Exercise:
From the entries below, please output exactly the lines starting at the one containing "#94=ORIENTED_EDGE('',*,*,#93,.T.);" and ending at the one containing "#145=ORIENTED_EDGE('',*,*,#86,.F.);", both included.

Listed records:
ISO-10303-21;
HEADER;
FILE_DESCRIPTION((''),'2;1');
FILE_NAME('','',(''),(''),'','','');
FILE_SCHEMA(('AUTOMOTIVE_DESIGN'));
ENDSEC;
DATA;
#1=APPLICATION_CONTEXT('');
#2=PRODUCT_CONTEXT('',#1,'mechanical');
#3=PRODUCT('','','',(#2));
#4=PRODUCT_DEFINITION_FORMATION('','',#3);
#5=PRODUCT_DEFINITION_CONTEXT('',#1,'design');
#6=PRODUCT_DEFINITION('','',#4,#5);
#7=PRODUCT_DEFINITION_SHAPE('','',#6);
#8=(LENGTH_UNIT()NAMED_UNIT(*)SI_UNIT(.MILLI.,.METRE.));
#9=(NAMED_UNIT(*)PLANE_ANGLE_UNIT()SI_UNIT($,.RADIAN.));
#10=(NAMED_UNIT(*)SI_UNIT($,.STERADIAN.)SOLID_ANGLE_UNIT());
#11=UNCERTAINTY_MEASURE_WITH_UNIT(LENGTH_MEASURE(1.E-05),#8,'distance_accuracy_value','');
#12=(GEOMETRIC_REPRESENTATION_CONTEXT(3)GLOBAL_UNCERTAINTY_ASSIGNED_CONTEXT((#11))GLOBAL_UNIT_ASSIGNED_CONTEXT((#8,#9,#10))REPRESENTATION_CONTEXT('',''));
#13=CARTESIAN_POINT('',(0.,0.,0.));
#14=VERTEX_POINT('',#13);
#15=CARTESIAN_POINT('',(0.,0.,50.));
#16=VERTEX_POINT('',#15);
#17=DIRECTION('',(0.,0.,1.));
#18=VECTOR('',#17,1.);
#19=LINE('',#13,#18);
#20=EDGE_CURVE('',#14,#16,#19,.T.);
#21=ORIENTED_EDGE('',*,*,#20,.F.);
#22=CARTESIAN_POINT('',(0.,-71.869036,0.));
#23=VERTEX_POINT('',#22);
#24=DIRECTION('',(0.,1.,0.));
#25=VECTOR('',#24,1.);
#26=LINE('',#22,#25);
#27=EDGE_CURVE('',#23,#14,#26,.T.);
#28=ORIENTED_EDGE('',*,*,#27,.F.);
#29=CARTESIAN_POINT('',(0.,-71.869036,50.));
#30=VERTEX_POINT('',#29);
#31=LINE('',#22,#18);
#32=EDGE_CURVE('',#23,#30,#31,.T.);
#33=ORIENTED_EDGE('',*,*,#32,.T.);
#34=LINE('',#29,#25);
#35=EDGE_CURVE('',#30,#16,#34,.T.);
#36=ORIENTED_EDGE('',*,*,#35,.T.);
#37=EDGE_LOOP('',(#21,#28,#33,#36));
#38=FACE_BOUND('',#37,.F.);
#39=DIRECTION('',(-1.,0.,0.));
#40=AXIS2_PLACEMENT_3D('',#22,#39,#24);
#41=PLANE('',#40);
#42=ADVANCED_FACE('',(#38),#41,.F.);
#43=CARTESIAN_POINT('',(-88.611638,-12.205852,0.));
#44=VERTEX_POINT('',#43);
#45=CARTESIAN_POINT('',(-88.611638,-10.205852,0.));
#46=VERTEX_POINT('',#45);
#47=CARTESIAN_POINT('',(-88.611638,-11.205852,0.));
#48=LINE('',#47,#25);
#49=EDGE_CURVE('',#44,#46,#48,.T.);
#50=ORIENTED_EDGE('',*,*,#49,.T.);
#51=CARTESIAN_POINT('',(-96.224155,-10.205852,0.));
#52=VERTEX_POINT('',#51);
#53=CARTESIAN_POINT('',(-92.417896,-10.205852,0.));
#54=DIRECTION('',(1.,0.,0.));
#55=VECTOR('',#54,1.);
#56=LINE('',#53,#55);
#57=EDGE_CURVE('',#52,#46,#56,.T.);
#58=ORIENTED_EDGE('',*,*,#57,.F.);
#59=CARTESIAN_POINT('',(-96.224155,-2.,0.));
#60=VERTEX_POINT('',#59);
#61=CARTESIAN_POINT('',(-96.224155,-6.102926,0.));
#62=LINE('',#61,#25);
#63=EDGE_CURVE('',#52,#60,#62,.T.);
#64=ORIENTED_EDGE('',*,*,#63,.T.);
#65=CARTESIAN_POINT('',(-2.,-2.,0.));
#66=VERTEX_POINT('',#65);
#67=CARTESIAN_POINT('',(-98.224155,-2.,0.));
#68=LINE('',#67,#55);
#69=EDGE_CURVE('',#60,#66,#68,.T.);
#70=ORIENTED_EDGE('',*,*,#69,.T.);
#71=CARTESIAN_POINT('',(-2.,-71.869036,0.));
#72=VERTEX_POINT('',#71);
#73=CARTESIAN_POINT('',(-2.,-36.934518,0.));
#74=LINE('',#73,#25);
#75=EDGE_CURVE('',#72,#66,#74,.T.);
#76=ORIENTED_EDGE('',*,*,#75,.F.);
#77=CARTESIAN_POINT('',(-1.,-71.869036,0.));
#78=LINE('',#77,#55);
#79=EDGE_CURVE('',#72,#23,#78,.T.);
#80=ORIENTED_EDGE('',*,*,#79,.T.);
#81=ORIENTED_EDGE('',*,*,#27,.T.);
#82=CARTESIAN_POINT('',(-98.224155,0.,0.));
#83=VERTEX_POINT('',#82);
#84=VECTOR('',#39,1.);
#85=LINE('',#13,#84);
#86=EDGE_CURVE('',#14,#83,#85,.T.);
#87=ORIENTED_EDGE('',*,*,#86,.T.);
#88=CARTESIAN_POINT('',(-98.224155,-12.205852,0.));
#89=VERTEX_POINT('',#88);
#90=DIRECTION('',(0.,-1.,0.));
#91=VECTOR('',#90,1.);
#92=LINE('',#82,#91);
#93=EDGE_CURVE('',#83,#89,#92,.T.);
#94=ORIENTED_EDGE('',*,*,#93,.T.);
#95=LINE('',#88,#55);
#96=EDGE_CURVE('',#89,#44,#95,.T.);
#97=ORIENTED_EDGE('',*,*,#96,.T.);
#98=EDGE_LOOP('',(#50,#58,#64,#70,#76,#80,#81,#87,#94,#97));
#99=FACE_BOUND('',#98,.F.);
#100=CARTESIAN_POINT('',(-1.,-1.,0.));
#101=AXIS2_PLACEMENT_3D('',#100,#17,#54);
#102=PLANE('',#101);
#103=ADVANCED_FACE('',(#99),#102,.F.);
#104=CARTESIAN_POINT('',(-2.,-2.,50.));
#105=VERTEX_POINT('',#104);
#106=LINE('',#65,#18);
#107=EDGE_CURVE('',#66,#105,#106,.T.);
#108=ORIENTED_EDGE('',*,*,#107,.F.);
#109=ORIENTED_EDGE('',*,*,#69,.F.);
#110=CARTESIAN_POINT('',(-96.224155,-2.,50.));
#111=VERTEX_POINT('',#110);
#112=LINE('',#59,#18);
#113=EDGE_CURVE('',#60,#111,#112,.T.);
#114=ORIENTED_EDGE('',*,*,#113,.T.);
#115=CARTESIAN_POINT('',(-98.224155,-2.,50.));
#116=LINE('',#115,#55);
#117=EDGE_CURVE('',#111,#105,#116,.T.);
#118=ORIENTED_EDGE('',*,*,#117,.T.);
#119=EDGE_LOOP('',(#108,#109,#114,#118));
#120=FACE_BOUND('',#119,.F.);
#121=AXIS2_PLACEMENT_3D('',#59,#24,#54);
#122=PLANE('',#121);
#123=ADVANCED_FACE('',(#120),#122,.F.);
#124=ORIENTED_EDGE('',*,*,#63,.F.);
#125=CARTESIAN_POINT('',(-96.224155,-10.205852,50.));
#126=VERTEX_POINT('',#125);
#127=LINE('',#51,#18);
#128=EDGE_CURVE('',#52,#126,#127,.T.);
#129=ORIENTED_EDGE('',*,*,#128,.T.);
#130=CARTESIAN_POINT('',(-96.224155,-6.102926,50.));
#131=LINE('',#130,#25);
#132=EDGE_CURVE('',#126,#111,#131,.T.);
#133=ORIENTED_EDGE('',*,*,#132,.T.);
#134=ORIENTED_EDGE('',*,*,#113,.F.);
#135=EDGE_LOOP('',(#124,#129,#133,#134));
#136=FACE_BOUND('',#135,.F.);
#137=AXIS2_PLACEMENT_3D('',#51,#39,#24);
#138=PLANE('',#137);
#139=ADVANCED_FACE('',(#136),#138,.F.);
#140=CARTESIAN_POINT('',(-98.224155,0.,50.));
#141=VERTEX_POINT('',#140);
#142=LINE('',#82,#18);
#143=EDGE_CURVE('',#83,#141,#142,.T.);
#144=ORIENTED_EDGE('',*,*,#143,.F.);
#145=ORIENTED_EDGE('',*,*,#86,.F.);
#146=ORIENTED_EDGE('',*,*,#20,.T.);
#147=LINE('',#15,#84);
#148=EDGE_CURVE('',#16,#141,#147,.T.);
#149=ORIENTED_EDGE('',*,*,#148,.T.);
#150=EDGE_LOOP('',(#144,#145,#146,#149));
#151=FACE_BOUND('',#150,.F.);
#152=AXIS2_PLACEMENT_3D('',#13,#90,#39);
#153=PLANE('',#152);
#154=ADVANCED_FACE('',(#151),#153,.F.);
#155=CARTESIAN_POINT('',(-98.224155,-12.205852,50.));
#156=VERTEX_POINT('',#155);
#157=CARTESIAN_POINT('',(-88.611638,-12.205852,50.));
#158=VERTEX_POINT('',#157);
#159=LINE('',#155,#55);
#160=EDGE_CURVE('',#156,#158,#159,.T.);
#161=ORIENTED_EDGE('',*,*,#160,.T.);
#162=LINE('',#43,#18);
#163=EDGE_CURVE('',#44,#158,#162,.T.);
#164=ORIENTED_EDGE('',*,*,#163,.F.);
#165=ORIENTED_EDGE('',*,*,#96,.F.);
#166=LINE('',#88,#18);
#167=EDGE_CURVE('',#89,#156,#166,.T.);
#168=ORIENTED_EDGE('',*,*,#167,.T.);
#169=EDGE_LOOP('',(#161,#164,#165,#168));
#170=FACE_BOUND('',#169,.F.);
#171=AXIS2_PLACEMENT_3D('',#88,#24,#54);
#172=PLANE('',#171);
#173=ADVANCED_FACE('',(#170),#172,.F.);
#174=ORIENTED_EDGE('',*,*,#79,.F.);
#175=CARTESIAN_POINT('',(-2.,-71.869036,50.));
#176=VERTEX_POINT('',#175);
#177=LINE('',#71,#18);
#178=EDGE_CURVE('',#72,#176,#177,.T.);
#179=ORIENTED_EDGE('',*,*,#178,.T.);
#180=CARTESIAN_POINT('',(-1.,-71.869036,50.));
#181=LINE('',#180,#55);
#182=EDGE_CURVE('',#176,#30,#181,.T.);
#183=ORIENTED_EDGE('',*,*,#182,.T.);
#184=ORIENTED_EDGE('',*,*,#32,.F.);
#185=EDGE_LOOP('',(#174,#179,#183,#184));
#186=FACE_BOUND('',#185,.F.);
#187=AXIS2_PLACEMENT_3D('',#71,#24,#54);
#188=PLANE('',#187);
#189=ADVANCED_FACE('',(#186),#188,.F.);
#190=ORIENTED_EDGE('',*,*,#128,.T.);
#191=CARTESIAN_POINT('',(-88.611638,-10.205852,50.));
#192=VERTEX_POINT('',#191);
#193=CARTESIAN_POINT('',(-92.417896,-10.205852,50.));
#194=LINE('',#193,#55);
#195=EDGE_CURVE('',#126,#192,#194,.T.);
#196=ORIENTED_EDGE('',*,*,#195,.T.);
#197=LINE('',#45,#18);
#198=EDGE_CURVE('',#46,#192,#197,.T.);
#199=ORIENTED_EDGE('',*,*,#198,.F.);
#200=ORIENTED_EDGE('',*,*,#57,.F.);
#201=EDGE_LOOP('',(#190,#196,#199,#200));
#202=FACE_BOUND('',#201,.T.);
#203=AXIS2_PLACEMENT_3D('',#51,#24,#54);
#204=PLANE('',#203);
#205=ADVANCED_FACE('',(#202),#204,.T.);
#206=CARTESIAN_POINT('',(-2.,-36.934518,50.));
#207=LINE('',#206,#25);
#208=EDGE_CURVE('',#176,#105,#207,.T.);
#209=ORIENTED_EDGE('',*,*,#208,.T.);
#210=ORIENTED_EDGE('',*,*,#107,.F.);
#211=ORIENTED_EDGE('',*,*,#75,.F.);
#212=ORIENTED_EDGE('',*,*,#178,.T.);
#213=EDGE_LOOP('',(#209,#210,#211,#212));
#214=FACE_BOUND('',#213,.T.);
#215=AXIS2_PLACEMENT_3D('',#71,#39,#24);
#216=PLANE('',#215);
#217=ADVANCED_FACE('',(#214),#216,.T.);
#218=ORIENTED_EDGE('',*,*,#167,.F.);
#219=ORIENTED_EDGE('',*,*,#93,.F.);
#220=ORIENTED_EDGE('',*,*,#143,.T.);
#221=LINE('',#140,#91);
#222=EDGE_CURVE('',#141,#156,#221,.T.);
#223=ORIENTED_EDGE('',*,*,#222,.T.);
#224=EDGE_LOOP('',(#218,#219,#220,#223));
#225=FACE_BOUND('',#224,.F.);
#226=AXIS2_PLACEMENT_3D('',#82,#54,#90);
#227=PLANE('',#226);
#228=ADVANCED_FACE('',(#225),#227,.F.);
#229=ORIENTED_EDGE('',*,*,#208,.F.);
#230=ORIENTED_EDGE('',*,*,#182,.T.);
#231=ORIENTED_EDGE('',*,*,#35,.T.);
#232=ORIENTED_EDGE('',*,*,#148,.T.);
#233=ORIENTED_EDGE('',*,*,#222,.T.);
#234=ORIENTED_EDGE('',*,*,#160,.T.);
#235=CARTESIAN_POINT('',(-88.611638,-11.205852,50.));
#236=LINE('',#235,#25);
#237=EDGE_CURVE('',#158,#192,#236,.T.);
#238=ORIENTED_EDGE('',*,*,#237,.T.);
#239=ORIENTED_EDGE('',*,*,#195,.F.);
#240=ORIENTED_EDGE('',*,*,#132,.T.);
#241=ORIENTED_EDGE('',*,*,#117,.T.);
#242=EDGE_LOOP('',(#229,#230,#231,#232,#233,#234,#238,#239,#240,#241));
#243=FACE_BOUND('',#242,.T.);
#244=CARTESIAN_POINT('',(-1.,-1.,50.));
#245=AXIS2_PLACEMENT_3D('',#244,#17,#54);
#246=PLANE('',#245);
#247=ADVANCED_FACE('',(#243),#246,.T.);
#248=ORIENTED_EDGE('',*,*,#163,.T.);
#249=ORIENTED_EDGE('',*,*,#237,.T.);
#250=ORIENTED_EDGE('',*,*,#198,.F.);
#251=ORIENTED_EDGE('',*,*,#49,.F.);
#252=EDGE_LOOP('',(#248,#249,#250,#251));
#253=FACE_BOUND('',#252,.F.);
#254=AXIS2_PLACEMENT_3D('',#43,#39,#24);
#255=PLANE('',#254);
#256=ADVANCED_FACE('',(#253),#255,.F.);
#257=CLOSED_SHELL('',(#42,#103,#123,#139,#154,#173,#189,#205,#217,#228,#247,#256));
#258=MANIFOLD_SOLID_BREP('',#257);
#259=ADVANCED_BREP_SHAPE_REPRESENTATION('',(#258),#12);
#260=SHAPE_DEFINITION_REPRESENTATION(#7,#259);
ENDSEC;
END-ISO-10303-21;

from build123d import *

# Parameters (mm, degrees)
F0_W     = 2
F0_H     = 2
F0_W_2   = 94.2241554609
F0_H_2   = 69.8690360831
F0_H_3   = 8.2058520482
F0_W_3   = 7.6125179348
F1_DEPTH = 50


with BuildPart() as f1:
    # F0 (on Top) → F1 (new body)
    with BuildSketch(Plane.XY):
        with Locations((-1, -1)):
            Rectangle(F0_W, F0_H)
        with Locations((-49.1120777304, -1)):
            Rectangle(F0_W_2, F0_H)
        with Locations((-1, -36.9345180416)):
            Rectangle(F0_W, F0_H_2)
        with Locations((-97.2241554609, -1)):
            Rectangle(F0_W, F0_H)
        with Locations((-97.2241554609, -6.1029260241)):
            Rectangle(F0_W, F0_H_3)
        with Locations((-92.4178964935, -11.2058520482)):
            Rectangle(F0_W_3, F0_H)
        with Locations((-97.2241554609, -11.2058520482)):
            Rectangle(F0_W, F0_H)
    extrude(amount=F1_DEPTH)


solid = f1.part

Answer to the problem:
#94=ORIENTED_EDGE('',*,*,#93,.T.);
#95=LINE('',#88,#55);
#96=EDGE_CURVE('',#89,#44,#95,.T.);
#97=ORIENTED_EDGE('',*,*,#96,.T.);
#98=EDGE_LOOP('',(#50,#58,#64,#70,#76,#80,#81,#87,#94,#97));
#99=FACE_BOUND('',#98,.F.);
#100=CARTESIAN_POINT('',(-1.,-1.,0.));
#101=AXIS2_PLACEMENT_3D('',#100,#17,#54);
#102=PLANE('',#101);
#103=ADVANCED_FACE('',(#99),#102,.F.);
#104=CARTESIAN_POINT('',(-2.,-2.,50.));
#105=VERTEX_POINT('',#104);
#106=LINE('',#65,#18);
#107=EDGE_CURVE('',#66,#105,#106,.T.);
#108=ORIENTED_EDGE('',*,*,#107,.F.);
#109=ORIENTED_EDGE('',*,*,#69,.F.);
#110=CARTESIAN_POINT('',(-96.224155,-2.,50.));
#111=VERTEX_POINT('',#110);
#112=LINE('',#59,#18);
#113=EDGE_CURVE('',#60,#111,#112,.T.);
#114=ORIENTED_EDGE('',*,*,#113,.T.);
#115=CARTESIAN_POINT('',(-98.224155,-2.,50.));
#116=LINE('',#115,#55);
#117=EDGE_CURVE('',#111,#105,#116,.T.);
#118=ORIENTED_EDGE('',*,*,#117,.T.);
#119=EDGE_LOOP('',(#108,#109,#114,#118));
#120=FACE_BOUND('',#119,.F.);
#121=AXIS2_PLACEMENT_3D('',#59,#24,#54);
#122=PLANE('',#121);
#123=ADVANCED_FACE('',(#120),#122,.F.);
#124=ORIENTED_EDGE('',*,*,#63,.F.);
#125=CARTESIAN_POINT('',(-96.224155,-10.205852,50.));
#126=VERTEX_POINT('',#125);
#127=LINE('',#51,#18);
#128=EDGE_CURVE('',#52,#126,#127,.T.);
#129=ORIENTED_EDGE('',*,*,#128,.T.);
#130=CARTESIAN_POINT('',(-96.224155,-6.102926,50.));
#131=LINE('',#130,#25);
#132=EDGE_CURVE('',#126,#111,#131,.T.);
#133=ORIENTED_EDGE('',*,*,#132,.T.);
#134=ORIENTED_EDGE('',*,*,#113,.F.);
#135=EDGE_LOOP('',(#124,#129,#133,#134));
#136=FACE_BOUND('',#135,.F.);
#137=AXIS2_PLACEMENT_3D('',#51,#39,#24);
#138=PLANE('',#137);
#139=ADVANCED_FACE('',(#136),#138,.F.);
#140=CARTESIAN_POINT('',(-98.224155,0.,50.));
#141=VERTEX_POINT('',#140);
#142=LINE('',#82,#18);
#143=EDGE_CURVE('',#83,#141,#142,.T.);
#144=ORIENTED_EDGE('',*,*,#143,.F.);
#145=ORIENTED_EDGE('',*,*,#86,.F.);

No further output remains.